The following points need to be addressed though:
1) Title- What do the AA mean with the term intelligent? I suggest to change the title as this term is usually employed for a special kind of colloidal systems such as stimuli responsive gels or particles. The present review encompass a wider range of formulations and in particular targeted NP. Therefore, in order not to be misleading I suggest to delete the term intelligent. which is unnecessary.
- Response: We thanks the reviewer’s great suggestion. We agreed with reviewer’s comments. We deleted the term “Intelligent” from the manuscript. The new title of the manuscript is given below-
“Utilization of Polymer-Lipid Hybrid Nanoparticles for Targeted Anti-cancer Therapy”

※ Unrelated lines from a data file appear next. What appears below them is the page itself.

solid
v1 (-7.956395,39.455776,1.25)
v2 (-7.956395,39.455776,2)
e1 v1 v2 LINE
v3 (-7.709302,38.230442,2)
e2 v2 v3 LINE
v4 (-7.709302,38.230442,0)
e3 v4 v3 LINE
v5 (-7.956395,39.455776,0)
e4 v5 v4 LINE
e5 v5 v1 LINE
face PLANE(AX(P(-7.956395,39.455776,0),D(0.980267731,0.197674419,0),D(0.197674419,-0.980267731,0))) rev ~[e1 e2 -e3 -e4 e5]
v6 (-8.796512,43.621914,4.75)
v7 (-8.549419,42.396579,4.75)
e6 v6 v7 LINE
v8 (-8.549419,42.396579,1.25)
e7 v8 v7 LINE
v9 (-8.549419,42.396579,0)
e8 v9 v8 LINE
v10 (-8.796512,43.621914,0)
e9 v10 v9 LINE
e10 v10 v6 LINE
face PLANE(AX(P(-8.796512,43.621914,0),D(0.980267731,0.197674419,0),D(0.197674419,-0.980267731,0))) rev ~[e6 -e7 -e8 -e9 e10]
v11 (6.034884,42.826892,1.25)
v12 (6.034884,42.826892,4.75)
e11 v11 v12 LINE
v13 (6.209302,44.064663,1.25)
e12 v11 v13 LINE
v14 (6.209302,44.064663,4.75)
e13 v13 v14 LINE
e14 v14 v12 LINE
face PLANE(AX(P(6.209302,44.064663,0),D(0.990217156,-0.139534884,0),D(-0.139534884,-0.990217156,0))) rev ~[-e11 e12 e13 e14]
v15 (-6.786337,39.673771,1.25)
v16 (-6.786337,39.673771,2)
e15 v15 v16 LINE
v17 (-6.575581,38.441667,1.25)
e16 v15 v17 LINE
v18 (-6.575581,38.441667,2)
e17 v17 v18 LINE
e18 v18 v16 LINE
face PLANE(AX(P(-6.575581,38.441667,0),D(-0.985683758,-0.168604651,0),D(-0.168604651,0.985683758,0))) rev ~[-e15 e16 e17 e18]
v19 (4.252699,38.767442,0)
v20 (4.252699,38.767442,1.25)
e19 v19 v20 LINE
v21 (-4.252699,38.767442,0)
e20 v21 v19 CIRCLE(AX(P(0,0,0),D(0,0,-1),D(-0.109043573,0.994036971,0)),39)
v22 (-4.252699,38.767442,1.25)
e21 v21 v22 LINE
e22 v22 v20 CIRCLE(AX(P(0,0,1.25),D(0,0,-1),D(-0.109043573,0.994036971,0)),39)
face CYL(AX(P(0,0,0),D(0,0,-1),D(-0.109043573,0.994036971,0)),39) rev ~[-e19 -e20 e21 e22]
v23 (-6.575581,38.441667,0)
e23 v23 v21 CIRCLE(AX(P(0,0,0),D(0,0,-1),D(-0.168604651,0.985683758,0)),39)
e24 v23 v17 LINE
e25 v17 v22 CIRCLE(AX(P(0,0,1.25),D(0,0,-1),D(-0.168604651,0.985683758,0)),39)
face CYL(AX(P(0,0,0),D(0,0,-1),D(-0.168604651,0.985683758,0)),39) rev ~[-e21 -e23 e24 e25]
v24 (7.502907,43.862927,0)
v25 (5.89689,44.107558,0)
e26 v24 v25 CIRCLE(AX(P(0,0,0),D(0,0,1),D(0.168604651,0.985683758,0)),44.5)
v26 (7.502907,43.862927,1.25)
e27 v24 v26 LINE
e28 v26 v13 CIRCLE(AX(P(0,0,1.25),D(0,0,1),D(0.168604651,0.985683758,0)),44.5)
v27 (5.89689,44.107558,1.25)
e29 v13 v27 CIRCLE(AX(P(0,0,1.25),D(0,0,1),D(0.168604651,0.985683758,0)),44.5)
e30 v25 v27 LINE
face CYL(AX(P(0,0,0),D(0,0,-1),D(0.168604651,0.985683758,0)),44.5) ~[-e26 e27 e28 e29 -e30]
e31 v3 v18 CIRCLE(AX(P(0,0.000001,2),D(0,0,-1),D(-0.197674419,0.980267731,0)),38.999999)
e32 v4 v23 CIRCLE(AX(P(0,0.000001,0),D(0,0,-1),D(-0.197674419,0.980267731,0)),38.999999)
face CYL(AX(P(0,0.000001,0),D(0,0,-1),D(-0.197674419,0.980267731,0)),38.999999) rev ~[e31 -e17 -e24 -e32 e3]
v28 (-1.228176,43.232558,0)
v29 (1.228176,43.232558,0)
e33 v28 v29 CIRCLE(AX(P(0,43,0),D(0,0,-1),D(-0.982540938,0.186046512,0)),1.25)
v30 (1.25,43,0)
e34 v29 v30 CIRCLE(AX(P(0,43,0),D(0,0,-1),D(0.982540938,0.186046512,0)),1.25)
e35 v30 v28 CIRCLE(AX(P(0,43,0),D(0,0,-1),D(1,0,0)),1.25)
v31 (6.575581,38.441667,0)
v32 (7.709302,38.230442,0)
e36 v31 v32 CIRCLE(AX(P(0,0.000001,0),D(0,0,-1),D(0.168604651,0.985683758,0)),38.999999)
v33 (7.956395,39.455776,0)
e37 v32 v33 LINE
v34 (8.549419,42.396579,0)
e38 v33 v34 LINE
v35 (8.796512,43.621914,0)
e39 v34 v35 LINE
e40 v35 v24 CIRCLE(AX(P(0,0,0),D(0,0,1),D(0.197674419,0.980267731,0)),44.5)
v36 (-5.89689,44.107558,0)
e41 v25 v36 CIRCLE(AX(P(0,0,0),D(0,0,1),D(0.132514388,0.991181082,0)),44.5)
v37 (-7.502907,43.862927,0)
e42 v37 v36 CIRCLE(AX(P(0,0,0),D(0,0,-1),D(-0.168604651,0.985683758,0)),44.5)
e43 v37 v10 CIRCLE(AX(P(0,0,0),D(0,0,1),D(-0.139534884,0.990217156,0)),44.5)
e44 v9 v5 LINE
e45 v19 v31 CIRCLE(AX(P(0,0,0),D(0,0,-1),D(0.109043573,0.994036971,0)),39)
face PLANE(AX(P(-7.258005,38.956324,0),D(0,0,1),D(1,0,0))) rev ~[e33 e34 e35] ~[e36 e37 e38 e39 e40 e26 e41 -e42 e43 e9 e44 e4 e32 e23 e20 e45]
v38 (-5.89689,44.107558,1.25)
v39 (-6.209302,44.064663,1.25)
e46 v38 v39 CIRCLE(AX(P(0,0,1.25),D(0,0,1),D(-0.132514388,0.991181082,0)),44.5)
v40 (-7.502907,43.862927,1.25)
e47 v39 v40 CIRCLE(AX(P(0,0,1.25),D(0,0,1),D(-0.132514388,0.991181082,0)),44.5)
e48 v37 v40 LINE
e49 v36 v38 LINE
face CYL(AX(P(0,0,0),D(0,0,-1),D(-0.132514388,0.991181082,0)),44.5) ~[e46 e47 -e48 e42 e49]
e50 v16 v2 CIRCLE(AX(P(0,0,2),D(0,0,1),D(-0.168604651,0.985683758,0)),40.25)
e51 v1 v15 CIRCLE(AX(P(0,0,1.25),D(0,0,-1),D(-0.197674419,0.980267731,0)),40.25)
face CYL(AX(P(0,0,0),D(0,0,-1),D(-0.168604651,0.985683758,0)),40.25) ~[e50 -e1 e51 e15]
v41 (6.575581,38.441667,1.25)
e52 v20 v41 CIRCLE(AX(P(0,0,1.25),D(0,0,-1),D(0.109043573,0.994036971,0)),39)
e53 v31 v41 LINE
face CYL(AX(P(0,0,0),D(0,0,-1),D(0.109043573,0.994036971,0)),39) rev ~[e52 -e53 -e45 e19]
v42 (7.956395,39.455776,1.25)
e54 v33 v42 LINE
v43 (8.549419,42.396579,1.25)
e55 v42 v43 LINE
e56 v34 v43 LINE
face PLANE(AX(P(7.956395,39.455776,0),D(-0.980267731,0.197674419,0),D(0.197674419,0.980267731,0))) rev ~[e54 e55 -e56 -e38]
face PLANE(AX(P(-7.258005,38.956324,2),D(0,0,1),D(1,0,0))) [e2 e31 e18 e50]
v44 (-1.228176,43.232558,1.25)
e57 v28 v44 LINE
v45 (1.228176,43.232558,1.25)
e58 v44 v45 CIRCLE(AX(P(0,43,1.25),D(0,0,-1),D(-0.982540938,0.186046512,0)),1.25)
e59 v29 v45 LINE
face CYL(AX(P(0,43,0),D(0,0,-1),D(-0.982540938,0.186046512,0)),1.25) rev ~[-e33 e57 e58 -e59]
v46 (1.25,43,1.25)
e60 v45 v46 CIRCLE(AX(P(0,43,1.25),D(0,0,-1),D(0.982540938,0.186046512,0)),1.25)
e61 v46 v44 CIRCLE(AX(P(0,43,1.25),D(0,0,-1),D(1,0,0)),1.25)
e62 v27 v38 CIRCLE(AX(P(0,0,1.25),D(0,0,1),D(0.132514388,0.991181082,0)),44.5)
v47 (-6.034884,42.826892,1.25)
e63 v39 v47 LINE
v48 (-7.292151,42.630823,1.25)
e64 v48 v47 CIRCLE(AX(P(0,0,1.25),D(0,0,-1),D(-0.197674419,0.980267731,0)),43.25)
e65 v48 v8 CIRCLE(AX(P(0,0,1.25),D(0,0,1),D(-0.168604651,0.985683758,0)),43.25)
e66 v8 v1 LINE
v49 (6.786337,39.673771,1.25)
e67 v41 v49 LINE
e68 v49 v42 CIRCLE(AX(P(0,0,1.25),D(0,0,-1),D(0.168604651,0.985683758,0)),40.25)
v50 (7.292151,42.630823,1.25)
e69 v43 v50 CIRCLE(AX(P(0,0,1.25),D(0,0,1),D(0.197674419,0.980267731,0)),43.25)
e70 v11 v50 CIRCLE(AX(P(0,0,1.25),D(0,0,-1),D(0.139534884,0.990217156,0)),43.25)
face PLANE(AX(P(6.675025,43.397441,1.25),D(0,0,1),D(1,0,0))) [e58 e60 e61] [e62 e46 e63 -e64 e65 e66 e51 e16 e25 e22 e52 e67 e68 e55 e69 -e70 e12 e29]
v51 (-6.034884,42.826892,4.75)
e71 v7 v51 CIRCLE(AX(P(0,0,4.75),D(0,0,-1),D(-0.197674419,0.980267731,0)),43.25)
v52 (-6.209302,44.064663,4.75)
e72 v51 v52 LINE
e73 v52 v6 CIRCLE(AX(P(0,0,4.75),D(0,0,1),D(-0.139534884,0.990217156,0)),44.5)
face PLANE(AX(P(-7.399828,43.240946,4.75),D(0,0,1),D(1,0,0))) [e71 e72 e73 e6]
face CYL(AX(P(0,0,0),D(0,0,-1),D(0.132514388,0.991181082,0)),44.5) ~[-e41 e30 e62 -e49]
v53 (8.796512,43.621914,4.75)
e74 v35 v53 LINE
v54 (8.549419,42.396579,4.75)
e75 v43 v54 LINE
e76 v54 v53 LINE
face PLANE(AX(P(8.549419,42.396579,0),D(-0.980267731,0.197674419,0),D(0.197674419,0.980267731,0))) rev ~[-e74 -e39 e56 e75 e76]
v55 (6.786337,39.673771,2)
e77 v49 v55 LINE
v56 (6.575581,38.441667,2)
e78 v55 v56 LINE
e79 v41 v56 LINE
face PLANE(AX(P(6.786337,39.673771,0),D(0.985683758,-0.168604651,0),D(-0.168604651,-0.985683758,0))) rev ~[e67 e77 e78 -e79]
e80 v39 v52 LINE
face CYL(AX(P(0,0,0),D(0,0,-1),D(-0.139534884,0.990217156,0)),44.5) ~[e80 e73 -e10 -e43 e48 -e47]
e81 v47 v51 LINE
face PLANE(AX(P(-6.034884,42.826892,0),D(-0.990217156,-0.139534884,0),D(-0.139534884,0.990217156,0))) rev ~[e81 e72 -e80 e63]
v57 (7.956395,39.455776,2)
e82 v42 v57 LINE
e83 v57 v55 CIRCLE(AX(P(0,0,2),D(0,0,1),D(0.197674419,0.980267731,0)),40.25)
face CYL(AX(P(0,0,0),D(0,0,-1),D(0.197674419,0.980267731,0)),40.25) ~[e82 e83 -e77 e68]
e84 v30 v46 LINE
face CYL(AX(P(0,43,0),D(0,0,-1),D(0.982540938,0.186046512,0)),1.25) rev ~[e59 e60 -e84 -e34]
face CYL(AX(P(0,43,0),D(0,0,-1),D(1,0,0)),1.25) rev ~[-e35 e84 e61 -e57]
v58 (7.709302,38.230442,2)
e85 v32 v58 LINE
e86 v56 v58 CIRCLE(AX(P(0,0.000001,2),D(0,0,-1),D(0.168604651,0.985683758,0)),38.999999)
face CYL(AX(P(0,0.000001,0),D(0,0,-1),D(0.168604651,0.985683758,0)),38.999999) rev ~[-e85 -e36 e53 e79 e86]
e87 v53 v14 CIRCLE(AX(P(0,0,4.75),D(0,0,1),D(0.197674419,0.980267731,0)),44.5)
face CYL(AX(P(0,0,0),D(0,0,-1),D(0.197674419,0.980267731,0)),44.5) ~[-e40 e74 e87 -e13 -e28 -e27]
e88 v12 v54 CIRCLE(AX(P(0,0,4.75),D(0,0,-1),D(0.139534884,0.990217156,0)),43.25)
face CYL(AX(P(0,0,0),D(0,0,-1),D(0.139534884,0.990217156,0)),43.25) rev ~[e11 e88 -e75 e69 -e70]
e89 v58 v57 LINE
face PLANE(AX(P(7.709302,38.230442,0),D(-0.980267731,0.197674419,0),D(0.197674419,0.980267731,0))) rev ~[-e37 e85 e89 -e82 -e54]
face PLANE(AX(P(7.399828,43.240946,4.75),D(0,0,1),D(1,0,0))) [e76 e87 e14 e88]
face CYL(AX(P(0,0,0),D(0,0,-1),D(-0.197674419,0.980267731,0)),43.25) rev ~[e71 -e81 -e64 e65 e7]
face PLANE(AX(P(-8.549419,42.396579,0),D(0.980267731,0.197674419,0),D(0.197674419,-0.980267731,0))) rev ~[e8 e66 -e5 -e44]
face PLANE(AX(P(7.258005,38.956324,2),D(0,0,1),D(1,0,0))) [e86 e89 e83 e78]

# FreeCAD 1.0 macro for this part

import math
import FreeCAD as App
import Part
import Sketcher
from FreeCAD import Vector

doc = App.newDocument("Part")
body = doc.addObject("PartDesign::Body", "Body")

# Sketch on XY plane
sketch1 = doc.addObject("Sketcher::SketchObject", "Sketch")
body.addObject(sketch1)
sketch1.AttachmentSupport = (doc.XY_Plane, [""])
sketch1.MapMode = "FlatFace"
sketch1.addGeometry([
    Part.LineSegment(Vector(7.29, 42.63, 0), Vector(7.5, 43.86, 0)),  # 0
    Part.ArcOfCircle(Part.Circle(Vector(0, 0, 0), Vector(0, 0, 1), 44.5), math.radians(80.29), math.radians(82.39)),  # 1
    Part.ArcOfCircle(Part.Circle(Vector(0, 0, 0), Vector(0, 0, 1), 44.5), math.radians(82.39), math.radians(97.61)),  # 2
    Part.ArcOfCircle(Part.Circle(Vector(0, 0, 0), Vector(0, 0, 1), 44.5), math.radians(97.61), math.radians(99.71)),  # 3
    Part.LineSegment(Vector(-7.5, 43.86, 0), Vector(-7.29, 42.63, 0)),  # 4
    Part.ArcOfCircle(Part.Circle(Vector(0, 0, 0), Vector(0, 0, 1), 43.25), math.radians(99.71), math.radians(101.4)),  # 5
    Part.LineSegment(Vector(-8.55, 42.4, 0), Vector(-7.96, 39.46, 0)),  # 6
    Part.ArcOfCircle(Part.Circle(Vector(0, 0, 0), Vector(0, 0, 1), 40.25), math.radians(99.71), math.radians(101.4)),  # 7
    Part.LineSegment(Vector(-6.79, 39.67, 0), Vector(-6.58, 38.44, 0)),  # 8
    Part.ArcOfCircle(Part.Circle(Vector(0, 0, 0), Vector(0, 0, 1), 39), math.radians(96.26), math.radians(99.71)),  # 9
    Part.ArcOfCircle(Part.Circle(Vector(0, 0, 0), Vector(0, 0, 1), 39), math.radians(83.74), math.radians(96.26)),  # 10
    Part.ArcOfCircle(Part.Circle(Vector(0, 0, 0), Vector(0, 0, 1), 39), math.radians(80.29), math.radians(83.74)),  # 11
    Part.LineSegment(Vector(6.58, 38.44, 0), Vector(6.79, 39.67, 0)),  # 12
    Part.ArcOfCircle(Part.Circle(Vector(0, 0, 0), Vector(0, 0, 1), 40.25), math.radians(78.6), math.radians(80.29)),  # 13
    Part.LineSegment(Vector(7.96, 39.46, 0), Vector(8.55, 42.4, 0)),  # 14
    Part.ArcOfCircle(Part.Circle(Vector(0, 0, 0), Vector(0, 0, 1), 43.25), math.radians(78.6), math.radians(80.29)),  # 15
    Part.ArcOfCircle(Part.Circle(Vector(0, 43, 0), Vector(0, 0, 1), 1.25), math.radians(11), math.radians(169)),  # 16
    Part.ArcOfCircle(Part.Circle(Vector(0, 43, 0), Vector(0, 0, 1), 1.25), math.radians(0), math.radians(10.72)),  # 17
    Part.ArcOfCircle(Part.Circle(Vector(0, 43, 0), Vector(0, 0, 1), 1.25), math.radians(169), math.radians(360)),  # 18
], False)
sketch1.addConstraint([
    Sketcher.Constraint("Coincident", 0, 2, 1, 1),
    Sketcher.Constraint("Tangent", 1, 2, 2, 1),
    Sketcher.Constraint("Tangent", 2, 2, 3, 1),
    Sketcher.Constraint("Coincident", 3, 2, 4, 1),
    Sketcher.Constraint("Coincident", 4, 2, 5, 1),
    Sketcher.Constraint("Coincident", 5, 2, 6, 1),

2) The AA may discuss to a deeper level the technology transfer and scale up limits of such formulations that can halt their future development and commercialization. This issue is highly relevant as also demonstrated by the limited number of products reaching clinical trials and the market.

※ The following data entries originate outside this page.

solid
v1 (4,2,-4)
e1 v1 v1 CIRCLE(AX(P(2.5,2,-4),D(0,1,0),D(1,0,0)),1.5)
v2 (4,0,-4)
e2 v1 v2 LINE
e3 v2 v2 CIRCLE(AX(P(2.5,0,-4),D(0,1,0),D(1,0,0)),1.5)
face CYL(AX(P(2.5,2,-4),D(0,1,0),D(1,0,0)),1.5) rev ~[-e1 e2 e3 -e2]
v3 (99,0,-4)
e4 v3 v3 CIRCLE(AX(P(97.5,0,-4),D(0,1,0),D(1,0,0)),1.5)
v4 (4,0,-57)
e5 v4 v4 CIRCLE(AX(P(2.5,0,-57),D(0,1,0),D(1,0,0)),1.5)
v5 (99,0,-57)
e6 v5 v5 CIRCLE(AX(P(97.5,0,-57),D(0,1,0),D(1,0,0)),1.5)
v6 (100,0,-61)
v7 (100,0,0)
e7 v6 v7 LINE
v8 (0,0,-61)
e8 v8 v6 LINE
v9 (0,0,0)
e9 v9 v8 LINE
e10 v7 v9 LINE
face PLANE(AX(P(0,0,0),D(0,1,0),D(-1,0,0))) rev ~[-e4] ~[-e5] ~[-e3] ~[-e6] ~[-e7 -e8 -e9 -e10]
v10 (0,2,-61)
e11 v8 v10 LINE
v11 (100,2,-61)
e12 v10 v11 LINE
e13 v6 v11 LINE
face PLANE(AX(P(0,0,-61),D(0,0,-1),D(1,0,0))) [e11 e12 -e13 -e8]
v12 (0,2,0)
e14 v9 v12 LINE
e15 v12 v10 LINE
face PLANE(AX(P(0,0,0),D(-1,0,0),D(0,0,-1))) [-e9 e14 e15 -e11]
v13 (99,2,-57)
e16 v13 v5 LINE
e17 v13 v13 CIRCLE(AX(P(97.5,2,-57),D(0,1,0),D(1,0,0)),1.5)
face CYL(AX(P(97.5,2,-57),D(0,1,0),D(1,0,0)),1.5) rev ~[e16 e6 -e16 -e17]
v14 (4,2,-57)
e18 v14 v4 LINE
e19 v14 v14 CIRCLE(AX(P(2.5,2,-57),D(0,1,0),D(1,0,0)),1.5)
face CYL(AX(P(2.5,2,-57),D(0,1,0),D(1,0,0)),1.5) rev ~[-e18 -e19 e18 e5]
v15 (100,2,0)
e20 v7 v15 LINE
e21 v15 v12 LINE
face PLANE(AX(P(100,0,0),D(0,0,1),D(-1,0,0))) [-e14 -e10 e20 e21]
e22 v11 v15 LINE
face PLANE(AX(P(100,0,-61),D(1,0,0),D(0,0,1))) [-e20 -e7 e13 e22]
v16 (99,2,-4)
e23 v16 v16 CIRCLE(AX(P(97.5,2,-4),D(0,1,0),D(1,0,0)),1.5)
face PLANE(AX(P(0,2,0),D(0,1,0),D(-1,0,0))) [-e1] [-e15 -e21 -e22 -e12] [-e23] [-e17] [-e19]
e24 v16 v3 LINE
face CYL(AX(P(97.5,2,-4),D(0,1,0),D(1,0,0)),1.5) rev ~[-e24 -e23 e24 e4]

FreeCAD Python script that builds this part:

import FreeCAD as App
import Part
import Sketcher

V = App.Vector
Q = App.Units.Quantity

doc = App.newDocument("Part")
body = doc.addObject("PartDesign::Body", "Body")

sketch1 = doc.addObject("Sketcher::SketchObject", "Sketch")
body.addObject(sketch1)
sketch1.AttachmentSupport = (doc.XZ_Plane, [""])
sketch1.MapMode = "FlatFace"
sketch1.addGeometry(Part.LineSegment(V(100, -61, 0), V(0, -61, 0)), False)
sketch1.addGeometry(Part.LineSegment(V(0, -61, 0), V(0, 0, 0)), False)
sketch1.addGeometry(Part.LineSegment(V(0, 0, 0), V(100, 0, 0)), False)
sketch1.addGeometry(Part.LineSegment(V(100, 0, 0), V(100, -61, 0)), False)
sketch1.addConstraint(Sketcher.Constraint("Coincident", 0, 2, 1, 1))
sketch1.addConstraint(Sketcher.Constraint("Coincident", 1, 2, 2, 1))
sketch1.addConstraint(Sketcher.Constraint("Coincident", 2, 2, 3, 1))
sketch1.addConstraint(Sketcher.Constraint("Coincident", 3, 2, 0, 1))
sketch1.addConstraint(Sketcher.Constraint("Horizontal", 0))
sketch1.addConstraint(Sketcher.Constraint("Vertical", 1))
sketch1.addConstraint(Sketcher.Constraint("Horizontal", 2))
sketch1.addConstraint(Sketcher.Constraint("Vertical", 3))
sketch1.addConstraint(Sketcher.Constraint("Coincident", 1, 2, -1, 1))
sketch1.addConstraint(Sketcher.Constraint("DistanceX", 0, 2, 0, 1, Q("100 mm")))
sketch1.addConstraint(Sketcher.Constraint("DistanceY", 1, 1, 1, 2, Q("61 mm")))
pad1 = doc.addObject("PartDesign::Pad", "Pad")
body.addObject(pad1)
pad1.Profile = sketch1
pad1.Length = 2
pad1.Reversed = True

sketch2 = doc.addObject("Sketcher::SketchObject", "Sketch001")
body.addObject(sketch2)
sketch2.AttachmentSupport = (doc.XZ_Plane, [""])
sketch2.MapMode = "FlatFace"
sketch2.AttachmentOffset = App.Placement(V(0, 0, -2), App.Rotation())
sketch2.addGeometry(Part.Circle(V(97.5, -57, 0), V(0, 0, 1), 1.5), False)
sketch2.addGeometry(Part.Circle(V(97.5, -4, 0), V(0, 0, 1), 1.5), False)
sketch2.addGeometry(Part.Circle(V(2.5, -4, 0), V(0, 0, 1), 1.5), False)
sketch2.addGeometry(Part.Circle(V(2.5, -57, 0), V(0, 0, 1), 1.5), False)
sketch2.addConstraint(Sketcher.Constraint("Equal", 0, 1))
sketch2.addConstraint(Sketcher.Constraint("Equal", 1, 2))
sketch2.addConstraint(Sketcher.Constraint("Equal", 2, 3))
sketch2.addConstraint(Sketcher.Constraint("Horizontal", 1, 3, 2, 3))
sketch2.addConstraint(Sketcher.Constraint("Horizontal", 0, 3, 3, 3))
sketch2.addConstraint(Sketcher.Constraint("Vertical", 0, 3, 1, 3))
sketch2.addConstraint(Sketcher.Constraint("Vertical", 2, 3, 3, 3))
sketch2.addConstraint(Sketcher.Constraint("Diameter", 0, Q("3 mm")))
sketch2.addConstraint(Sketcher.Constraint("DistanceY", 1, 3, -1, 1, Q("4 mm")))
sketch2.addConstraint(Sketcher.Constraint("DistanceX", -1, 1, 2, 3, Q("2.5 mm")))
sketch2.addConstraint(Sketcher.Constraint("DistanceY", 0, 3, -1, 1, Q("57 mm")))
sketch2.addConstraint(Sketcher.Constraint("DistanceX", 2, 3, 1, 3, Q("95 mm")))
pocket1 = doc.addObject("PartDesign::Pocket", "Pocket")
body.addObject(pocket1)
pocket1.Profile = sketch2
pocket1.Length = 4
pocket1.Reversed = True

doc.recompute()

- Response: Thank you for the reviewer’s insightful comment. Following your comment, we discussed a few key aspects in the perspective section with highlighting large scale-up point of view. The revised manuscript is now provided as follows.
Addition:
Page 31, line 892: However, the translation of PLHNPs into clinical applications is still in its infancy stage. The stability, toxicity, safety, and pharmacokinetics properties are the key aspects that should be focused in addition to the regulatory strategies necessary for predicting the potential risk and assessments of PLHNPs in the market. For example, there is a need for proper selection of solvent, material, and procedure before NPs fabrication. Specifically, the solvent used during synthesis can affect the stability of the NPs. During scaling-up, and they may induce toxic problems for the environment. In addition, during scaling up of PLHNPs, stability, binding ability, and circulating property could be compromised. To address these, there is a need to focus on developing solvent-free and easy scaling-up preparation methods suitable for the fabrication of PLHNPs. One of the major obstacles for the commercialization of PLHNPs is the need for expensive clinical studies, which could be overcome by investments from pharmaceutical and medical device corporations. Overall, the optimization of therapeutic requires, easy production steps, cost, scale-up and the addressing the regulatory concern can assist PLHNPs to attain the potential clinical applications.